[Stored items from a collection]

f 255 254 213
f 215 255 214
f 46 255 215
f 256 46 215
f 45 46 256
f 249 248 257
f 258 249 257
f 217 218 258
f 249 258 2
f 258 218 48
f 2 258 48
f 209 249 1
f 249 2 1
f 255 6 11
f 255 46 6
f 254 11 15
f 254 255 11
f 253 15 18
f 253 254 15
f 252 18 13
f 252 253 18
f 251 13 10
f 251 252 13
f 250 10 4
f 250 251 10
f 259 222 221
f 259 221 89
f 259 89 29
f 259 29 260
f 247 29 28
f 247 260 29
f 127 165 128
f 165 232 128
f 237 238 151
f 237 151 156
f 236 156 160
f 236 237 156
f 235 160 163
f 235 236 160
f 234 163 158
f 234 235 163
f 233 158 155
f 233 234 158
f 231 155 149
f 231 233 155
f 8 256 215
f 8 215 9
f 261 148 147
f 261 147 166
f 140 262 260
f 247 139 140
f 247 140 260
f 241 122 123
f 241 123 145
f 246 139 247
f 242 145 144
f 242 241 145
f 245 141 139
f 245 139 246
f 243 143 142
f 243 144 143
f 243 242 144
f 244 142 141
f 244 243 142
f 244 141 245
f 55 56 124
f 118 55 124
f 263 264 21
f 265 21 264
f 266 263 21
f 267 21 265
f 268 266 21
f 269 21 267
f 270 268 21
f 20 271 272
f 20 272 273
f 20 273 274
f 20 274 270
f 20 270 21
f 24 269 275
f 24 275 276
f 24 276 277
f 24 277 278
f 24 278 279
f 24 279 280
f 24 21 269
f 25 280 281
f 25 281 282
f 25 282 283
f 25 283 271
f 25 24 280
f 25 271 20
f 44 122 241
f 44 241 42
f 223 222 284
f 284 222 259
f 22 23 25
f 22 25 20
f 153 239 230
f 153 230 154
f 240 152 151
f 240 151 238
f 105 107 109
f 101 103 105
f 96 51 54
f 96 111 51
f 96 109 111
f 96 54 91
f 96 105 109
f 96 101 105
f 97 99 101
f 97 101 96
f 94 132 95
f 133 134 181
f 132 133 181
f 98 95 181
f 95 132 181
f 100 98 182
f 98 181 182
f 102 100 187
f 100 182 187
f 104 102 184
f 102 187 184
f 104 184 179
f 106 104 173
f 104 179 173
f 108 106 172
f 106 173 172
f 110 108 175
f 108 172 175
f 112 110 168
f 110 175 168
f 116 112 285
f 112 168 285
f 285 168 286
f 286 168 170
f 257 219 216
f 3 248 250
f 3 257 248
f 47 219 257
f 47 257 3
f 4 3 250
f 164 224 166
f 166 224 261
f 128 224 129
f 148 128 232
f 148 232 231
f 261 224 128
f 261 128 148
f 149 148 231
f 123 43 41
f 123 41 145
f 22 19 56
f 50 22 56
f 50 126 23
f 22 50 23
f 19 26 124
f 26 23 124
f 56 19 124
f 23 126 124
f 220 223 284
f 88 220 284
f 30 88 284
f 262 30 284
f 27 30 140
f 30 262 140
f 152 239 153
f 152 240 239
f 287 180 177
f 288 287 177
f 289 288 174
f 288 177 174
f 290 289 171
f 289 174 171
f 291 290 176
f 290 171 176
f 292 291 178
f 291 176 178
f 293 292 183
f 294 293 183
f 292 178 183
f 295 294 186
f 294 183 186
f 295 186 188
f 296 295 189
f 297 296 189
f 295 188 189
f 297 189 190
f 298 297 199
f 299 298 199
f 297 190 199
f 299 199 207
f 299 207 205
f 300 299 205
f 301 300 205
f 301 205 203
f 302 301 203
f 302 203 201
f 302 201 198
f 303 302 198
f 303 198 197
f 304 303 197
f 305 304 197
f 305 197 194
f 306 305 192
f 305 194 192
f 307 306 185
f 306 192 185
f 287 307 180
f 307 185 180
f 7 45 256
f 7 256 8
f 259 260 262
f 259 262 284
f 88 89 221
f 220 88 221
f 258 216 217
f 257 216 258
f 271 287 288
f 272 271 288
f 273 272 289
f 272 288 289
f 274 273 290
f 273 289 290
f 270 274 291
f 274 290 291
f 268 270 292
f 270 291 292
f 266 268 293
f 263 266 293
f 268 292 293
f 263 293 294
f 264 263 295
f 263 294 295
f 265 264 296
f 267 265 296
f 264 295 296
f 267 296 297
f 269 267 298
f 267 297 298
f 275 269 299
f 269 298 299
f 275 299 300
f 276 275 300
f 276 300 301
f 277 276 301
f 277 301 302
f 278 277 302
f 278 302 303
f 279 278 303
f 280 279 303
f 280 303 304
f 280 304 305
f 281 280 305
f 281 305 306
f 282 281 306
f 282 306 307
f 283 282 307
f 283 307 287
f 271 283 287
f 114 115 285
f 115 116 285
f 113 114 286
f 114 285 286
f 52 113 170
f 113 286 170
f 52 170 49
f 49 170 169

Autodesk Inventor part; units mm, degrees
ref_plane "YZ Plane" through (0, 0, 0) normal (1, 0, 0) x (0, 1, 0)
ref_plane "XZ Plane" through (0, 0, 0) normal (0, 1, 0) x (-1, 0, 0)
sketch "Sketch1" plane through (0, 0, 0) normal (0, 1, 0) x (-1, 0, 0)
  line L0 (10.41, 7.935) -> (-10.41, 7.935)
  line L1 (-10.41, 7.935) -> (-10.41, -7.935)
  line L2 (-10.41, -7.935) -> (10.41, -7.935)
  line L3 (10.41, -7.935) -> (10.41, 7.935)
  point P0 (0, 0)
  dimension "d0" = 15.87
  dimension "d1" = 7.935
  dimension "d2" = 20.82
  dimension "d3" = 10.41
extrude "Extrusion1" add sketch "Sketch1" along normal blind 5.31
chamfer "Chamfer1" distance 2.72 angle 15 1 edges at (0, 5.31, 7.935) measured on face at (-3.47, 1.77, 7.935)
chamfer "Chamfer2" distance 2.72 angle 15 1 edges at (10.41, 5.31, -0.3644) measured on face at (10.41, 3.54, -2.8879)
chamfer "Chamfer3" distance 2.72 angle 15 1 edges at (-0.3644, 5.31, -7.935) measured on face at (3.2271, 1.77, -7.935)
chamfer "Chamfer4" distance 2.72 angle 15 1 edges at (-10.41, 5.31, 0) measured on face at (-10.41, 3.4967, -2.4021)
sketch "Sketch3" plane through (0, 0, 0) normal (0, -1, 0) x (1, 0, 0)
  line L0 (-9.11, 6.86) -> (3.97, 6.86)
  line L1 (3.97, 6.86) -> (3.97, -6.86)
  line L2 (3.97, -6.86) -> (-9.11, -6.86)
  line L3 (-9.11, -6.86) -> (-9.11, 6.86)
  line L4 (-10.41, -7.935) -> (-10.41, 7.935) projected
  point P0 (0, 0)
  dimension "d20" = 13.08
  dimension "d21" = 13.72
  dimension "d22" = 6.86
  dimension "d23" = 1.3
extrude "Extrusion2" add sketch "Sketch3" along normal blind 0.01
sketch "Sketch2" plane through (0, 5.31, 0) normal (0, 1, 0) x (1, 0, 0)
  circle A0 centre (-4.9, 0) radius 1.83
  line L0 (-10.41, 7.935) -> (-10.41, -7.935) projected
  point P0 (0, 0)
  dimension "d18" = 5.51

_TASK BRIEF_.
Nothing but the lines above from the one containing "f 102 187 184" through the one containing "f 279 278 303" should appear in the answer, each repeated exactly.

_SOLUTION FOR THIS EXERCISE_.
f 102 187 184
f 104 184 179
f 106 104 173
f 104 179 173
f 108 106 172
f 106 173 172
f 110 108 175
f 108 172 175
f 112 110 168
f 110 175 168
f 116 112 285
f 112 168 285
f 285 168 286
f 286 168 170
f 257 219 216
f 3 248 250
f 3 257 248
f 47 219 257
f 47 257 3
f 4 3 250
f 164 224 166
f 166 224 261
f 128 224 129
f 148 128 232
f 148 232 231
f 261 224 128
f 261 128 148
f 149 148 231
f 123 43 41
f 123 41 145
f 22 19 56
f 50 22 56
f 50 126 23
f 22 50 23
f 19 26 124
f 26 23 124
f 56 19 124
f 23 126 124
f 220 223 284
f 88 220 284
f 30 88 284
f 262 30 284
f 27 30 140
f 30 262 140
f 152 239 153
f 152 240 239
f 287 180 177
f 288 287 177
f 289 288 174
f 288 177 174
f 290 289 171
f 289 174 171
f 291 290 176
f 290 171 176
f 292 291 178
f 291 176 178
f 293 292 183
f 294 293 183
f 292 178 183
f 295 294 186
f 294 183 186
f 295 186 188
f 296 295 189
f 297 296 189
f 295 188 189
f 297 189 190
f 298 297 199
f 299 298 199
f 297 190 199
f 299 199 207
f 299 207 205
f 300 299 205
f 301 300 205
f 301 205 203
f 302 301 203
f 302 203 201
f 302 201 198
f 303 302 198
f 303 198 197
f 304 303 197
f 305 304 197
f 305 197 194
f 306 305 192
f 305 194 192
f 307 306 185
f 306 192 185
f 287 307 180
f 307 185 180
f 7 45 256
f 7 256 8
f 259 260 262
f 259 262 284
f 88 89 221
f 220 88 221
f 258 216 217
f 257 216 258
f 271 287 288
f 272 271 288
f 273 272 289
f 272 288 289
f 274 273 290
f 273 289 290
f 270 274 291
f 274 290 291
f 268 270 292
f 270 291 292
f 266 268 293
f 263 266 293
f 268 292 293
f 263 293 294
f 264 263 295
f 263 294 295
f 265 264 296
f 267 265 296
f 264 295 296
f 267 296 297
f 269 267 298
f 267 297 298
f 275 269 299
f 269 298 299
f 275 299 300
f 276 275 300
f 276 300 301
f 277 276 301
f 277 301 302
f 278 277 302
f 278 302 303
f 279 278 303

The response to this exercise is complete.